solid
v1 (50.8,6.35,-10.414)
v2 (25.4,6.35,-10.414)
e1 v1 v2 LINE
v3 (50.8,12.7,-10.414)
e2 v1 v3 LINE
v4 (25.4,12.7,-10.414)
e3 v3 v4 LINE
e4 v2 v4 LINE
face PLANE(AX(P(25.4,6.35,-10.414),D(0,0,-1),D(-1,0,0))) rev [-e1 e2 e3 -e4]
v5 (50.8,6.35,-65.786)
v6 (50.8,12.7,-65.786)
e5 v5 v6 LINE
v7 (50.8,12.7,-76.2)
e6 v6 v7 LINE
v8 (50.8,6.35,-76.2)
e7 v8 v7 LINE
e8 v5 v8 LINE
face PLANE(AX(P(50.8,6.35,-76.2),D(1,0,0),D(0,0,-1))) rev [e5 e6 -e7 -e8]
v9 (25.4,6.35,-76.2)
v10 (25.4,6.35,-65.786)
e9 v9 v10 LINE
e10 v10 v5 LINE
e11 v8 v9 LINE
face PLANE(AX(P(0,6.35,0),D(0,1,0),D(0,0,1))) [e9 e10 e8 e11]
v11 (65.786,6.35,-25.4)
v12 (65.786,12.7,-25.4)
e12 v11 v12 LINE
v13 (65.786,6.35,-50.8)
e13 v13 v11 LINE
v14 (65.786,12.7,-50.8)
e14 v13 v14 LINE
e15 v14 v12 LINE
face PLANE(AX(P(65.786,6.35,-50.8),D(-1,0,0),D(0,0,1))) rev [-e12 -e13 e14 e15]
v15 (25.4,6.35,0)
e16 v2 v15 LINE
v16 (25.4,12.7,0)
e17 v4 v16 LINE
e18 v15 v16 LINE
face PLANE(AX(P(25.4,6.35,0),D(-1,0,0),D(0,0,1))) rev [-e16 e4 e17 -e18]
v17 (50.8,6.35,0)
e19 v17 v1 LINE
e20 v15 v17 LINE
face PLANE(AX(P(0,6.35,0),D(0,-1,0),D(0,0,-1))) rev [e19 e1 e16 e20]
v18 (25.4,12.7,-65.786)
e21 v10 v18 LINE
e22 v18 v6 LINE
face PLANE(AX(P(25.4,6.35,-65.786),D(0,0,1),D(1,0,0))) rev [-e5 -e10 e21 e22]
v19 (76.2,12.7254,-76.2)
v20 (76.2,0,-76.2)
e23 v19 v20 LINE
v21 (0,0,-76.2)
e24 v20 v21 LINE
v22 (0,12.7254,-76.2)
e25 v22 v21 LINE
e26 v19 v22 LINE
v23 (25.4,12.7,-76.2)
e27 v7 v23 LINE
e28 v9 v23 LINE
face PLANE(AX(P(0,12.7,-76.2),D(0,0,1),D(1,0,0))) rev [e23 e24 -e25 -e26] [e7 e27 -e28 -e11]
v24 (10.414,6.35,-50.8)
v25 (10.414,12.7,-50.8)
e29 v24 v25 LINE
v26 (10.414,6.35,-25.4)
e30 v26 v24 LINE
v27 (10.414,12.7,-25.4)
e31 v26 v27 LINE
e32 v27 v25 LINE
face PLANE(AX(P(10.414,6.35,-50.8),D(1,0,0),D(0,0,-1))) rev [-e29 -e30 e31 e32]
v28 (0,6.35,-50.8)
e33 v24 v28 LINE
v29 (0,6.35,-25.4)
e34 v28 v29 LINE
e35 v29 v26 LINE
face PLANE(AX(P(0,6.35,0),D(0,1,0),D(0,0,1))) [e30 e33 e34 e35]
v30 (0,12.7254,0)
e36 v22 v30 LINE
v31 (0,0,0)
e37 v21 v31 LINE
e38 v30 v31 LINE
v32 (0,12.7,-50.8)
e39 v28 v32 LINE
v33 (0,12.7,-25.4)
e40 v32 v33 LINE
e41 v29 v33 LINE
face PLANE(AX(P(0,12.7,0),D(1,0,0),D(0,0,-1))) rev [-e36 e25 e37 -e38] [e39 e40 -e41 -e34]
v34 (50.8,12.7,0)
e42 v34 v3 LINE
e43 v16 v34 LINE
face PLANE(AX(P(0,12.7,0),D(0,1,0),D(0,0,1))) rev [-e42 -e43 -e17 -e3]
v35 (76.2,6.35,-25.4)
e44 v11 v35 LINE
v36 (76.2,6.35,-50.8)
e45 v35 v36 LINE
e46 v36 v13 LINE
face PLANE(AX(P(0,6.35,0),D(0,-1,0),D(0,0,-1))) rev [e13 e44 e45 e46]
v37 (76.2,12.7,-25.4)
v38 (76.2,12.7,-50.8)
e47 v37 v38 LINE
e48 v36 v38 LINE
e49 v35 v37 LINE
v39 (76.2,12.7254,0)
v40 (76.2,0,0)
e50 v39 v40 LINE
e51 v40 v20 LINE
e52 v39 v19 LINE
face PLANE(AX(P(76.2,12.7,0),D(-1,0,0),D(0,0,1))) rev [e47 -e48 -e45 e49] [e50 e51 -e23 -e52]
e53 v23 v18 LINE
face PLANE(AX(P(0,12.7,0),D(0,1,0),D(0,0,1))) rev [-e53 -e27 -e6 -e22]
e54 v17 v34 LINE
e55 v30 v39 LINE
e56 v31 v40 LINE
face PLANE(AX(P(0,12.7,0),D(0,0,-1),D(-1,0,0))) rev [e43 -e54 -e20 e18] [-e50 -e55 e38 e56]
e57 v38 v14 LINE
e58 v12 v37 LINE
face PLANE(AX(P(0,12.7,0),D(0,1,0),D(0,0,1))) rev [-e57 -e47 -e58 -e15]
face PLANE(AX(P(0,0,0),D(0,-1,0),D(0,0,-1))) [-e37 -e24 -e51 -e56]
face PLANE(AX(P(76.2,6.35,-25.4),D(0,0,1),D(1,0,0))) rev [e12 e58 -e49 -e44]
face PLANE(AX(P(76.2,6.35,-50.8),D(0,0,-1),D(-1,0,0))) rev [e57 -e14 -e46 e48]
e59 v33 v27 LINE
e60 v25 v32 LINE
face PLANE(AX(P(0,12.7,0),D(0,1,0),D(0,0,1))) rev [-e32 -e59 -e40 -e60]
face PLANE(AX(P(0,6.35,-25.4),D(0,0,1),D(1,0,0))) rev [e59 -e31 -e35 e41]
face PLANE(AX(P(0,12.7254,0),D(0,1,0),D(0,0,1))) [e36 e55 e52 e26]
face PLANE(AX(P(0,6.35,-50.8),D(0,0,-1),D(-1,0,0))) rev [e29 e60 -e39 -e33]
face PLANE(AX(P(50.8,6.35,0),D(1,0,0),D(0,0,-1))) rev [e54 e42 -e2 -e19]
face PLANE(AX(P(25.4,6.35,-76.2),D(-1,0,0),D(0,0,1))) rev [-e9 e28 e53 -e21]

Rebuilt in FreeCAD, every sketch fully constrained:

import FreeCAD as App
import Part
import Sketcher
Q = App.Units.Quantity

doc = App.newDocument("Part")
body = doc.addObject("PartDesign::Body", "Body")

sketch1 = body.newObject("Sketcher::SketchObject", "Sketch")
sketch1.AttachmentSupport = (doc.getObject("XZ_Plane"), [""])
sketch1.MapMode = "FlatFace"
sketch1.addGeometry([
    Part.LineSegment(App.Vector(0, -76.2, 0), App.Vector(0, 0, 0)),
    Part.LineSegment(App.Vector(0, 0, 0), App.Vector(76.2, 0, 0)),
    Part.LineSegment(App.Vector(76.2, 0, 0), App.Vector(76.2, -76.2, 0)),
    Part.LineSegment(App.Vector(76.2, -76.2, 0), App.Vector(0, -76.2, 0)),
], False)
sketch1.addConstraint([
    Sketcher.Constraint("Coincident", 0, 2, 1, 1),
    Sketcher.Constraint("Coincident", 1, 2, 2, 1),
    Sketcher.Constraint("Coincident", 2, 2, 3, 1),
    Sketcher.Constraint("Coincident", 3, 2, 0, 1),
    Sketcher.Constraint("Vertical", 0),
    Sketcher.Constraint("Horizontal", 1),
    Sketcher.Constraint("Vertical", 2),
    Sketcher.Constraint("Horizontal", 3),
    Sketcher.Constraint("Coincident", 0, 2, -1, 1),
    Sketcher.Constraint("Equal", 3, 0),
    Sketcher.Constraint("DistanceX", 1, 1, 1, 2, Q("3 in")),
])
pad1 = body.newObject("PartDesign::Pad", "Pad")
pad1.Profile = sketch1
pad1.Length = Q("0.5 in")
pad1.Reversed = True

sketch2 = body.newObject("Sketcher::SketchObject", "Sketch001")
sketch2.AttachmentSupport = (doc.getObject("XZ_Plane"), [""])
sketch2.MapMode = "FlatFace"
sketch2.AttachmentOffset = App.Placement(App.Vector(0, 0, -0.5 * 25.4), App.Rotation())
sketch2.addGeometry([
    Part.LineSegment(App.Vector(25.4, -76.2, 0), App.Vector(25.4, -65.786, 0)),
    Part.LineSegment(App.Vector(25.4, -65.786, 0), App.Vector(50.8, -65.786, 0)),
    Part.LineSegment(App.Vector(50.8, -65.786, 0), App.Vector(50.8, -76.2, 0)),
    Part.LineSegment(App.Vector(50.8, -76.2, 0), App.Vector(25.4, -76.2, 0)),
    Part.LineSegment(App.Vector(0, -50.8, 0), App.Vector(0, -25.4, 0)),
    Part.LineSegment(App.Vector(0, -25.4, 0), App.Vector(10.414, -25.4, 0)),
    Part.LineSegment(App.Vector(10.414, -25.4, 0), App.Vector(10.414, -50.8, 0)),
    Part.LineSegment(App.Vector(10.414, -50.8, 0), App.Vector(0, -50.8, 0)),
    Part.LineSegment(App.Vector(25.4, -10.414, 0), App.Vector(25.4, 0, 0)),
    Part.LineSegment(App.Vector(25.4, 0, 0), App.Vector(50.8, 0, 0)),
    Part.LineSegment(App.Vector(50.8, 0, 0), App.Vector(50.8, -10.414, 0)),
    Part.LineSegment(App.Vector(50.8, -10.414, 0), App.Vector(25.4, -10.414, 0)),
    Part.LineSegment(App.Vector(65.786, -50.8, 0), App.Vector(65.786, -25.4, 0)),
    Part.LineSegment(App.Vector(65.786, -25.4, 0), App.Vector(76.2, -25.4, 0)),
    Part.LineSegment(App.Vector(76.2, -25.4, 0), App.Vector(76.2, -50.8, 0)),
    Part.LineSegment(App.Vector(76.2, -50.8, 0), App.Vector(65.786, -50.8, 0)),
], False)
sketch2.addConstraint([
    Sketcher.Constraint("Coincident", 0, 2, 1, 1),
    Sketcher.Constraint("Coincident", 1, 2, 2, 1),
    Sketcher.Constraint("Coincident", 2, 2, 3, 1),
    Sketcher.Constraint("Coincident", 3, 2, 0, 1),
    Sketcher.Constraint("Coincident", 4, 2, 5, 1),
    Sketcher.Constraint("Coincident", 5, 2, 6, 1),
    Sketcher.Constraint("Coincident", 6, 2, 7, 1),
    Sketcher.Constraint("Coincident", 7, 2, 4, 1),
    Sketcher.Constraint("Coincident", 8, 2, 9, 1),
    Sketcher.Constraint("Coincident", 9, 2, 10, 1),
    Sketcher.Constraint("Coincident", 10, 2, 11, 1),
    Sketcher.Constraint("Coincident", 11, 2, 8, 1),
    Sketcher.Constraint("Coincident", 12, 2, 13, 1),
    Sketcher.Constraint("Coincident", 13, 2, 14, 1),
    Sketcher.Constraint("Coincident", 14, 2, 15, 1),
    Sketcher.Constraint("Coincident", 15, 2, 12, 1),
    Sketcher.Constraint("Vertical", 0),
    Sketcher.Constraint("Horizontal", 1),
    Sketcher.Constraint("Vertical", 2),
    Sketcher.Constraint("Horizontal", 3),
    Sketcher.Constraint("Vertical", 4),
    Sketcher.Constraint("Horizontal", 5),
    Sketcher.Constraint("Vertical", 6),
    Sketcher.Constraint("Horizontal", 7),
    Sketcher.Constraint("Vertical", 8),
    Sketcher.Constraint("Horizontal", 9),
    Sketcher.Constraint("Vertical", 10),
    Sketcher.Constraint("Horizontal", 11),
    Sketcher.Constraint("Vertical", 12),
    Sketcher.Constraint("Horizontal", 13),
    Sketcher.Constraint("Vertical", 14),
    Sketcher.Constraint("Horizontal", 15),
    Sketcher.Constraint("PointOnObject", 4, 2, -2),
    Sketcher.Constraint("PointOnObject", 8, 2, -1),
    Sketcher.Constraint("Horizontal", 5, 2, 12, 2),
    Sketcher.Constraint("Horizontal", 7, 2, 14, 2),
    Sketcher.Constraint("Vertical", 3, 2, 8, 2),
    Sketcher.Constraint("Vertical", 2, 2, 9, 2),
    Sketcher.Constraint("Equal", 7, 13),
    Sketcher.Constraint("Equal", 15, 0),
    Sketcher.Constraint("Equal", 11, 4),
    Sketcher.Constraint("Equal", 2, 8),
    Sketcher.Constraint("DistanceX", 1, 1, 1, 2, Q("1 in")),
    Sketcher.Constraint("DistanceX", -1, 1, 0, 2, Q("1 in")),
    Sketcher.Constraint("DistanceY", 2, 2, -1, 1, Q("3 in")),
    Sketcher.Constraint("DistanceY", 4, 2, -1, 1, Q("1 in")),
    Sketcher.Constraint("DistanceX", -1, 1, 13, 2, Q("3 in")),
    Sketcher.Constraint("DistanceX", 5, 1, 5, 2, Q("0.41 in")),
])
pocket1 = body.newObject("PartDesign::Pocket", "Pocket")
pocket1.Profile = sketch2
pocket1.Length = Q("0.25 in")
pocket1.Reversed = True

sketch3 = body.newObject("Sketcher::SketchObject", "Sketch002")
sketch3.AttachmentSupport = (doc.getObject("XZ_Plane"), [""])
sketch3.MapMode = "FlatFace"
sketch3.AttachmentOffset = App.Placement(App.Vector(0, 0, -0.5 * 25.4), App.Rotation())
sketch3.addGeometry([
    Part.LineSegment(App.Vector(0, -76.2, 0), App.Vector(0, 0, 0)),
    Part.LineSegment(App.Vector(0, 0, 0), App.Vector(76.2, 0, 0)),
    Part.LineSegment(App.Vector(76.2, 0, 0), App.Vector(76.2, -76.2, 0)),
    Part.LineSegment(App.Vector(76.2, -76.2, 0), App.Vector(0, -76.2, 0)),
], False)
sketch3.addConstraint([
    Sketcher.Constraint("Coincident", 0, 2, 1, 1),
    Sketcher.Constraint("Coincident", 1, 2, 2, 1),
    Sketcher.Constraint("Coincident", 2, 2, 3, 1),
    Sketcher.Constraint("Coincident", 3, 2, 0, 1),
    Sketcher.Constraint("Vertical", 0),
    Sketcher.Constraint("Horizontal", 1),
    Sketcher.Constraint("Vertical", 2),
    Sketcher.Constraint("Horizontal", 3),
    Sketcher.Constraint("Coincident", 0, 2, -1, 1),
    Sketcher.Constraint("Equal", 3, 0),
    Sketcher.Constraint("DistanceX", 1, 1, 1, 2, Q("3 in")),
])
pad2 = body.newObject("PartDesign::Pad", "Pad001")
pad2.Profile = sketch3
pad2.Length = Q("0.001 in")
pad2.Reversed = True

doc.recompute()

...

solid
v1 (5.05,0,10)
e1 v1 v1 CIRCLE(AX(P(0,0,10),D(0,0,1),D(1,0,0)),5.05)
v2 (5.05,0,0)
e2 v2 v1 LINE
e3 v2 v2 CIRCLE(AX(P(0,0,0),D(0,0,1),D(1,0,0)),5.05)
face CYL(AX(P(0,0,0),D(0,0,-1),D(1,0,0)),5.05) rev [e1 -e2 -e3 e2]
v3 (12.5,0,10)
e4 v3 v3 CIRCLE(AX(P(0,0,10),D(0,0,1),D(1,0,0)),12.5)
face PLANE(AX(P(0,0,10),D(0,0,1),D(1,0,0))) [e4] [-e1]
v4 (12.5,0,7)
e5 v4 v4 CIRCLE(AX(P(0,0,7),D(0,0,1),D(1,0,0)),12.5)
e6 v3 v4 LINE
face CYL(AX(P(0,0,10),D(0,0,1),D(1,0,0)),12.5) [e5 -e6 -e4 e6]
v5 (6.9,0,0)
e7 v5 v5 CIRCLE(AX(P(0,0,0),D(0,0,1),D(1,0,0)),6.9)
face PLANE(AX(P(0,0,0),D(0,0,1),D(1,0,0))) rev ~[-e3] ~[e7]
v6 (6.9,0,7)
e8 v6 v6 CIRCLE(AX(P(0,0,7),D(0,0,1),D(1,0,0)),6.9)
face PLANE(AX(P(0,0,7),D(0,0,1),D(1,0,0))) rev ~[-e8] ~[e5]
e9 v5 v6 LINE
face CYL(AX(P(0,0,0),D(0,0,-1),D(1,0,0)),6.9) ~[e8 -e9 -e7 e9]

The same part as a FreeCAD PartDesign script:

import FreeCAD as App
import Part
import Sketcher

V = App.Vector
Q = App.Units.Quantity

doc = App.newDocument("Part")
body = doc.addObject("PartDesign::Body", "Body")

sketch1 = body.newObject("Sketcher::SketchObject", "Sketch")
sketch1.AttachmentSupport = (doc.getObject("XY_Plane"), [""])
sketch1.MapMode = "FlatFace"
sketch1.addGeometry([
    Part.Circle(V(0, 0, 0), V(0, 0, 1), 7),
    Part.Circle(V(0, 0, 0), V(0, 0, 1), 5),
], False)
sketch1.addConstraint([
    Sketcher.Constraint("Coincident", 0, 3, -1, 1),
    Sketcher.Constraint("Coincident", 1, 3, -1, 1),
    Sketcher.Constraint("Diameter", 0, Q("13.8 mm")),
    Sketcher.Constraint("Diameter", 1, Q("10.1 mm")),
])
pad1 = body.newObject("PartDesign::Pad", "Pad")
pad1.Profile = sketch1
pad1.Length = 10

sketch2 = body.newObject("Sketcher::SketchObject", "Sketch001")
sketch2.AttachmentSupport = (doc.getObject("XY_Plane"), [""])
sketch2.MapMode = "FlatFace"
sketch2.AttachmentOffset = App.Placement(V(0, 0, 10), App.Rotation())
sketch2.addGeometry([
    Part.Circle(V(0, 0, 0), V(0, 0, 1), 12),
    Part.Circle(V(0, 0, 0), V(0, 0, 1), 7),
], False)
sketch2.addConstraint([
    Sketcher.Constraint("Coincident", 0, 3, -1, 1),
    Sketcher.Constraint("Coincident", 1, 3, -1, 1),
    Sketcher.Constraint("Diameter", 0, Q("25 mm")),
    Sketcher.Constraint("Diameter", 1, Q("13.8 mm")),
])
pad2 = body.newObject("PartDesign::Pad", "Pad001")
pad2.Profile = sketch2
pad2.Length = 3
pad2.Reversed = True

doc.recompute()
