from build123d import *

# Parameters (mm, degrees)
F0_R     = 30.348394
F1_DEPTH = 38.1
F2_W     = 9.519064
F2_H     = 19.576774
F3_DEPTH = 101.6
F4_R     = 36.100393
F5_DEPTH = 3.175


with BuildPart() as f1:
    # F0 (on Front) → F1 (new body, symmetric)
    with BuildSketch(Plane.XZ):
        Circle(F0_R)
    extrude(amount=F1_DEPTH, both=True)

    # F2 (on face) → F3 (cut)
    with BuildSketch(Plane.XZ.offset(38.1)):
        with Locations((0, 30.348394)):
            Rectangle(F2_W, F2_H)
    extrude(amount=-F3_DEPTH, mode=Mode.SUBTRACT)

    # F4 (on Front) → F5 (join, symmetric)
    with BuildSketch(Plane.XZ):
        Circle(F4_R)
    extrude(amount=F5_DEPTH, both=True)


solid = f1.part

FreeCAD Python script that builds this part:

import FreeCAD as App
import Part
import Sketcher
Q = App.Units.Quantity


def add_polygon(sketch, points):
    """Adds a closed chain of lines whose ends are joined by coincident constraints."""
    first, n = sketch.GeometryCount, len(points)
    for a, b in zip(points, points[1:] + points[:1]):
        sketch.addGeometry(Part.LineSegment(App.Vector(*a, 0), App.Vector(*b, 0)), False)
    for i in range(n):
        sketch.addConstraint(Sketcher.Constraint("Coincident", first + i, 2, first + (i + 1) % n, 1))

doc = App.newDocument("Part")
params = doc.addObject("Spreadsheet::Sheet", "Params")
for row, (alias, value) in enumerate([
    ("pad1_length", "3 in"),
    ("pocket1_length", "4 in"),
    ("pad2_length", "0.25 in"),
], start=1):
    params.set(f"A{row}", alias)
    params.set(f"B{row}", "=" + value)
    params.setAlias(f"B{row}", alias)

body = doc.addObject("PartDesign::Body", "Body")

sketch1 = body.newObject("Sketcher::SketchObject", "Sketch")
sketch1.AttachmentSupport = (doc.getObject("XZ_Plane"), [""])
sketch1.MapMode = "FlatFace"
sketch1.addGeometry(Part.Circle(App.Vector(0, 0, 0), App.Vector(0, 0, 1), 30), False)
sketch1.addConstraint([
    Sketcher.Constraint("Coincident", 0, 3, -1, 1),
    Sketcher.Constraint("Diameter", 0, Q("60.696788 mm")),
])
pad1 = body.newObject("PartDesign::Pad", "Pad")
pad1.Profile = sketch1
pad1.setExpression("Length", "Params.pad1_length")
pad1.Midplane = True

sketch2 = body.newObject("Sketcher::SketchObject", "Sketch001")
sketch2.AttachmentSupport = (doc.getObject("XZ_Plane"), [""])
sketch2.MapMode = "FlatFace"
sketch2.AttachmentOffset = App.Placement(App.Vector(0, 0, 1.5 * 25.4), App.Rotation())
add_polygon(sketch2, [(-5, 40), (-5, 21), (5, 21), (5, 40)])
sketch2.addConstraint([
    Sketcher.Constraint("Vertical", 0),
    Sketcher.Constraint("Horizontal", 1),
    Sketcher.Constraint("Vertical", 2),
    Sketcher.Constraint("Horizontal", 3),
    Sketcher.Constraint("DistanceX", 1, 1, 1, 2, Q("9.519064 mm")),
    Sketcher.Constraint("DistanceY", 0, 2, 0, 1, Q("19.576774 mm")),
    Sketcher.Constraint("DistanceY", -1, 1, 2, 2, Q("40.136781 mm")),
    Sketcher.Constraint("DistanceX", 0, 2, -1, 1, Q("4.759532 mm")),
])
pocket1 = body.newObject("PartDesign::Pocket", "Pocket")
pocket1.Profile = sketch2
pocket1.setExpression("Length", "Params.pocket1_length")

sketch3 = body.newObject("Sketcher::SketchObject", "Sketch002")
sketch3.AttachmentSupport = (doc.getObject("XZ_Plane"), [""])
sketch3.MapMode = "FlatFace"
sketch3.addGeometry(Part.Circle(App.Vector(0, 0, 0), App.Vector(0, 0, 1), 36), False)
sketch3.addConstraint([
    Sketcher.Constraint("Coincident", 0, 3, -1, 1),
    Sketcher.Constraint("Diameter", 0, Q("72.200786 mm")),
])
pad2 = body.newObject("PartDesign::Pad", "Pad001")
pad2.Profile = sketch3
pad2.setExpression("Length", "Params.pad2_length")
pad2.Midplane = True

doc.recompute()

• **PROBLEM STATEMENT**
Please reproduce exactly the lines in the listing above from the one containing "e39 v28 v32 LINE" through the one containing "e54 v17 v34 LINE", both included, and nothing more.

• **RESPONSE AREA**
e39 v28 v32 LINE
v33 (0,12.7,-25.4)
e40 v32 v33 LINE
e41 v29 v33 LINE
face PLANE(AX(P(0,12.7,0),D(1,0,0),D(0,0,-1))) rev [-e36 e25 e37 -e38] [e39 e40 -e41 -e34]
v34 (50.8,12.7,0)
e42 v34 v3 LINE
e43 v16 v34 LINE
face PLANE(AX(P(0,12.7,0),D(0,1,0),D(0,0,1))) rev [-e42 -e43 -e17 -e3]
v35 (76.2,6.35,-25.4)
e44 v11 v35 LINE
v36 (76.2,6.35,-50.8)
e45 v35 v36 LINE
e46 v36 v13 LINE
face PLANE(AX(P(0,6.35,0),D(0,-1,0),D(0,0,-1))) rev [e13 e44 e45 e46]
v37 (76.2,12.7,-25.4)
v38 (76.2,12.7,-50.8)
e47 v37 v38 LINE
e48 v36 v38 LINE
e49 v35 v37 LINE
v39 (76.2,12.7254,0)
v40 (76.2,0,0)
e50 v39 v40 LINE
e51 v40 v20 LINE
e52 v39 v19 LINE
face PLANE(AX(P(76.2,12.7,0),D(-1,0,0),D(0,0,1))) rev [e47 -e48 -e45 e49] [e50 e51 -e23 -e52]
e53 v23 v18 LINE
face PLANE(AX(P(0,12.7,0),D(0,1,0),D(0,0,1))) rev [-e53 -e27 -e6 -e22]
e54 v17 v34 LINE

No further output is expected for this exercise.